Start of DATA

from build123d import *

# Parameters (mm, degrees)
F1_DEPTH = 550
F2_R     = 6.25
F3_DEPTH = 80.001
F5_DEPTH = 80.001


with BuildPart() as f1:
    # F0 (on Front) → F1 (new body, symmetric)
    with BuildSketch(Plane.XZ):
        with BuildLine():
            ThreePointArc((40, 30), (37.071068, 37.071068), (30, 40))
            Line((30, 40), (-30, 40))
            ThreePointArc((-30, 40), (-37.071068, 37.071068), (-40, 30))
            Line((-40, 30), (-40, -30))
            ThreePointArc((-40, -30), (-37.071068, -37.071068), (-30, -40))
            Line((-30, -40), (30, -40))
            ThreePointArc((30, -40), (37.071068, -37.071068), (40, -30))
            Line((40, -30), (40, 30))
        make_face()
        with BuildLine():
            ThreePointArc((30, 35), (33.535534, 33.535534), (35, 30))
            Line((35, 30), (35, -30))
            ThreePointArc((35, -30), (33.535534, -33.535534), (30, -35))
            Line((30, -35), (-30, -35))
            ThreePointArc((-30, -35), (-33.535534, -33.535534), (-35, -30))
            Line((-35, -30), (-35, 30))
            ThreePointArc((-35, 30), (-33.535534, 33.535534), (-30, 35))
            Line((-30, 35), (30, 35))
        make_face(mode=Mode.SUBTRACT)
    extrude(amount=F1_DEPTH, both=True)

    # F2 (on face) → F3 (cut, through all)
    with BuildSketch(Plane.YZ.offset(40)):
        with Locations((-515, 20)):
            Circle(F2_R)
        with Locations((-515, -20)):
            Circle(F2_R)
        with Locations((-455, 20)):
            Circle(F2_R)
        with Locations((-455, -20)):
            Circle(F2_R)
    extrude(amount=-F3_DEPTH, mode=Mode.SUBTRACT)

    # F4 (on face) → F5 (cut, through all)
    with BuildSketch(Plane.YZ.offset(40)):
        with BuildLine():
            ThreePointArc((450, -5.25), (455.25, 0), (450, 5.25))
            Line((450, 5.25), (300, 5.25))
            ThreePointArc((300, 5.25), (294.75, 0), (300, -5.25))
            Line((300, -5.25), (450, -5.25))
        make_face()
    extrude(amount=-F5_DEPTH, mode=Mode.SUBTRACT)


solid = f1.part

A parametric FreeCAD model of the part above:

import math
import FreeCAD as App
import Part
import Sketcher
from FreeCAD import Vector

doc = App.newDocument("Part")
body = doc.addObject("PartDesign::Body", "Body")

# Sketch on XZ plane
sketch1 = body.newObject("Sketcher::SketchObject", "Sketch")
sketch1.AttachmentSupport = (doc.getObject("XZ_Plane"), [""])
sketch1.MapMode = "FlatFace"
sketch1.addGeometry(Part.ArcOfCircle(Part.Circle(Vector(30.000001, 30.000001, 0), Vector(0, 0, 1), 9.999999), math.radians(-0.000004), math.radians(90.000004)), False)
sketch1.addGeometry(Part.LineSegment(Vector(30, 40, 0), Vector(-30, 40, 0)), False)
sketch1.addGeometry(Part.ArcOfCircle(Part.Circle(Vector(-30.000001, 30.000001, 0), Vector(0, 0, 1), 9.999999), math.radians(89.999996), math.radians(180.000004)), False)
sketch1.addGeometry(Part.LineSegment(Vector(-40, 30, 0), Vector(-40, -30, 0)), False)
sketch1.addGeometry(Part.ArcOfCircle(Part.Circle(Vector(-30.000001, -30.000001, 0), Vector(0, 0, 1), 9.999999), math.radians(179.999996), math.radians(270.000004)), False)
sketch1.addGeometry(Part.LineSegment(Vector(-30, -40, 0), Vector(30, -40, 0)), False)
sketch1.addGeometry(Part.ArcOfCircle(Part.Circle(Vector(30.000001, -30.000001, 0), Vector(0, 0, 1), 9.999999), math.radians(-90.000004), math.radians(0.000004)), False)
sketch1.addGeometry(Part.LineSegment(Vector(40, -30, 0), Vector(40, 30, 0)), False)
sketch1.addGeometry(Part.LineSegment(Vector(-30, 35, 0), Vector(30, 35, 0)), False)
sketch1.addGeometry(Part.ArcOfCircle(Part.Circle(Vector(30, 30, 0), Vector(0, 0, 1), 5), math.radians(-0.000004), math.radians(90.000004)), False)
sketch1.addGeometry(Part.LineSegment(Vector(35, 30, 0), Vector(35, -30, 0)), False)
sketch1.addGeometry(Part.ArcOfCircle(Part.Circle(Vector(30, -30, 0), Vector(0, 0, 1), 5), math.radians(-90.000004), math.radians(0.000004)), False)
sketch1.addGeometry(Part.LineSegment(Vector(30, -35, 0), Vector(-30, -35, 0)), False)
sketch1.addGeometry(Part.ArcOfCircle(Part.Circle(Vector(-30, -30, 0), Vector(0, 0, 1), 5), math.radians(179.999996), math.radians(270.000004)), False)
sketch1.addGeometry(Part.LineSegment(Vector(-35, -30, 0), Vector(-35, 30, 0)), False)
sketch1.addGeometry(Part.ArcOfCircle(Part.Circle(Vector(-30, 30, 0), Vector(0, 0, 1), 5), math.radians(89.999996), math.radians(180.000004)), False)
sketch1.addConstraint(Sketcher.Constraint("Tangent", 0, 2, 1, 1))
sketch1.addConstraint(Sketcher.Constraint("Tangent", 1, 2, 2, 1))
sketch1.addConstraint(Sketcher.Constraint("Tangent", 2, 2, 3, 1))
sketch1.addConstraint(Sketcher.Constraint("Tangent", 3, 2, 4, 1))
sketch1.addConstraint(Sketcher.Constraint("Tangent", 4, 2, 5, 1))
sketch1.addConstraint(Sketcher.Constraint("Tangent", 5, 2, 6, 1))
sketch1.addConstraint(Sketcher.Constraint("Tangent", 6, 2, 7, 1))
sketch1.addConstraint(Sketcher.Constraint("Tangent", 7, 2, 0, 1))
sketch1.addConstraint(Sketcher.Constraint("Tangent", 8, 2, 9, 2))
sketch1.addConstraint(Sketcher.Constraint("Tangent", 9, 1, 10, 1))
sketch1.addConstraint(Sketcher.Constraint("Tangent", 10, 2, 11, 2))
sketch1.addConstraint(Sketcher.Constraint("Tangent", 11, 1, 12, 1))
sketch1.addConstraint(Sketcher.Constraint("Tangent", 12, 2, 13, 2))
sketch1.addConstraint(Sketcher.Constraint("Tangent", 13, 1, 14, 1))
sketch1.addConstraint(Sketcher.Constraint("Tangent", 14, 2, 15, 2))
sketch1.addConstraint(Sketcher.Constraint("Tangent", 15, 1, 8, 1))
sketch1.addConstraint(Sketcher.Constraint("Horizontal", 1))
sketch1.addConstraint(Sketcher.Constraint("Vertical", 3))
sketch1.addConstraint(Sketcher.Constraint("Horizontal", 5))
sketch1.addConstraint(Sketcher.Constraint("Vertical", 7))
sketch1.addConstraint(Sketcher.Constraint("Horizontal", 8))
sketch1.addConstraint(Sketcher.Constraint("Vertical", 10))
sketch1.addConstraint(Sketcher.Constraint("Horizontal", 12))
sketch1.addConstraint(Sketcher.Constraint("Vertical", 14))
sketch1.addConstraint(Sketcher.Constraint("Coincident", 9, 3, 0, 3))
sketch1.addConstraint(Sketcher.Constraint("Coincident", 11, 3, 6, 3))
sketch1.addConstraint(Sketcher.Constraint("Coincident", 13, 3, 4, 3))
sketch1.addConstraint(Sketcher.Constraint("Equal", 0, 2))
sketch1.addConstraint(Sketcher.Constraint("Equal", 2, 4))
sketch1.addConstraint(Sketcher.Constraint("Equal", 4, 6))
sketch1.addConstraint(Sketcher.Constraint("Equal", 13, 15))
sketch1.addConstraint(Sketcher.Constraint("Symmetric", 0, 3, 4, 3, -1, 1))
sketch1.addConstraint(Sketcher.Constraint("Equal", 12, 3))
sketch1.addConstraint(Sketcher.Constraint("Radius", 0, 9.999999))
sketch1.addConstraint(Sketcher.Constraint("Radius", 9, 5.0))
sketch1.addConstraint(Sketcher.Constraint("DistanceX", 1, 2, 1, 1, 60.0))
pad1 = body.newObject("PartDesign::Pad", "Pad")
pad1.Profile = sketch1
pad1.Length = 1100
pad1.Midplane = True

# Sketch on YZ plane
sketch2 = body.newObject("Sketcher::SketchObject", "Sketch001")
sketch2.AttachmentSupport = (doc.getObject("YZ_Plane"), [""])
sketch2.MapMode = "FlatFace"
sketch2.AttachmentOffset = App.Placement(Vector(0, 0, 40), App.Rotation())
sketch2.addGeometry(Part.Circle(Vector(-515, 20, 0), Vector(0, 0, 1), 6.25), False)
sketch2.addGeometry(Part.Circle(Vector(-515, -20, 0), Vector(0, 0, 1), 6.25), False)
sketch2.addGeometry(Part.Circle(Vector(-455, 20, 0), Vector(0, 0, 1), 6.25), False)
sketch2.addGeometry(Part.Circle(Vector(-455, -20, 0), Vector(0, 0, 1), 6.25), False)
sketch2.addConstraint(Sketcher.Constraint("Equal", 0, 1))
sketch2.addConstraint(Sketcher.Constraint("Equal", 1, 2))
sketch2.addConstraint(Sketcher.Constraint("Equal", 2, 3))
sketch2.addConstraint(Sketcher.Constraint("Symmetric", 0, 3, 1, 3, -1))
sketch2.addConstraint(Sketcher.Constraint("Symmetric", 2, 3, 3, 3, -1))
sketch2.addConstraint(Sketcher.Constraint("Horizontal", 0, 3, 2, 3))
sketch2.addConstraint(Sketcher.Constraint("Diameter", 0, 12.5))
sketch2.addConstraint(Sketcher.Constraint("DistanceX", 0, 3, -1, 1, 515.0))
sketch2.addConstraint(Sketcher.Constraint("DistanceY", -1, 1, 0, 3, 20.0))
sketch2.addConstraint(Sketcher.Constraint("DistanceX", 2, 3, -1, 1, 455.0))
pocket1 = body.newObject("PartDesign::Pocket", "Pocket")
pocket1.Profile = sketch2
pocket1.Type = "ThroughAll"

# Sketch on YZ plane
sketch3 = body.newObject("Sketcher::SketchObject", "Sketch002")
sketch3.AttachmentSupport = (doc.getObject("YZ_Plane"), [""])
sketch3.MapMode = "FlatFace"
sketch3.AttachmentOffset = App.Placement(Vector(0, 0, 40), App.Rotation())
sketch3.addGeometry(Part.ArcOfCircle(Part.Circle(Vector(450, 0, 0), Vector(0, 0, 1), 5.25), math.radians(-90), math.radians(90)), False)
sketch3.addGeometry(Part.LineSegment(Vector(450, 5.25, 0), Vector(300, 5.25, 0)), False)
sketch3.addGeometry(Part.ArcOfCircle(Part.Circle(Vector(300, 0, 0), Vector(0, 0, 1), 5.25), math.radians(90), math.radians(270)), False)
sketch3.addGeometry(Part.LineSegment(Vector(300, -5.25, 0), Vector(450, -5.25, 0)), False)
sketch3.addConstraint(Sketcher.Constraint("Tangent", 0, 2, 1, 1))
sketch3.addConstraint(Sketcher.Constraint("Tangent", 1, 2, 2, 1))
sketch3.addConstraint(Sketcher.Constraint("Tangent", 2, 2, 3, 1))
sketch3.addConstraint(Sketcher.Constraint("Tangent", 3, 2, 0, 1))
sketch3.addConstraint(Sketcher.Constraint("Horizontal", 1))
sketch3.addConstraint(Sketcher.Constraint("Horizontal", 3))
sketch3.addConstraint(Sketcher.Constraint("PointOnObject", 0, 3, -1))
sketch3.addConstraint(Sketcher.Constraint("DistanceX", 1, 2, 1, 1, 150.0))
sketch3.addConstraint(Sketcher.Constraint("Radius", 0, 5.25))
sketch3.addConstraint(Sketcher.Constraint("DistanceX", -1, 1, 0, 3, 450.0))
pocket2 = body.newObject("PartDesign::Pocket", "Pocket001")
pocket2.Profile = sketch3
pocket2.Type = "ThroughAll"

doc.recompute()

End of DATA

▸ PROBLEM
In the listing above, locate the line containing "F5_DEPTH = 80.001" and the line containing "extrude(amount=-F3_DEPTH, mode=Mode.SUBTRACT)". Extract those two lines and every line between them, exactly as written, and only those.

▸ EXERCISE RESPONSE
F5_DEPTH = 80.001


with BuildPart() as f1:
    # F0 (on Front) → F1 (new body, symmetric)
    with BuildSketch(Plane.XZ):
        with BuildLine():
            ThreePointArc((40, 30), (37.071068, 37.071068), (30, 40))
            Line((30, 40), (-30, 40))
            ThreePointArc((-30, 40), (-37.071068, 37.071068), (-40, 30))
            Line((-40, 30), (-40, -30))
            ThreePointArc((-40, -30), (-37.071068, -37.071068), (-30, -40))
            Line((-30, -40), (30, -40))
            ThreePointArc((30, -40), (37.071068, -37.071068), (40, -30))
            Line((40, -30), (40, 30))
        make_face()
        with BuildLine():
            ThreePointArc((30, 35), (33.535534, 33.535534), (35, 30))
            Line((35, 30), (35, -30))
            ThreePointArc((35, -30), (33.535534, -33.535534), (30, -35))
            Line((30, -35), (-30, -35))
            ThreePointArc((-30, -35), (-33.535534, -33.535534), (-35, -30))
            Line((-35, -30), (-35, 30))
            ThreePointArc((-35, 30), (-33.535534, 33.535534), (-30, 35))
            Line((-30, 35), (30, 35))
        make_face(mode=Mode.SUBTRACT)
    extrude(amount=F1_DEPTH, both=True)

    # F2 (on face) → F3 (cut, through all)
    with BuildSketch(Plane.YZ.offset(40)):
        with Locations((-515, 20)):
            Circle(F2_R)
        with Locations((-515, -20)):
            Circle(F2_R)
        with Locations((-455, 20)):
            Circle(F2_R)
        with Locations((-455, -20)):
            Circle(F2_R)
    extrude(amount=-F3_DEPTH, mode=Mode.SUBTRACT)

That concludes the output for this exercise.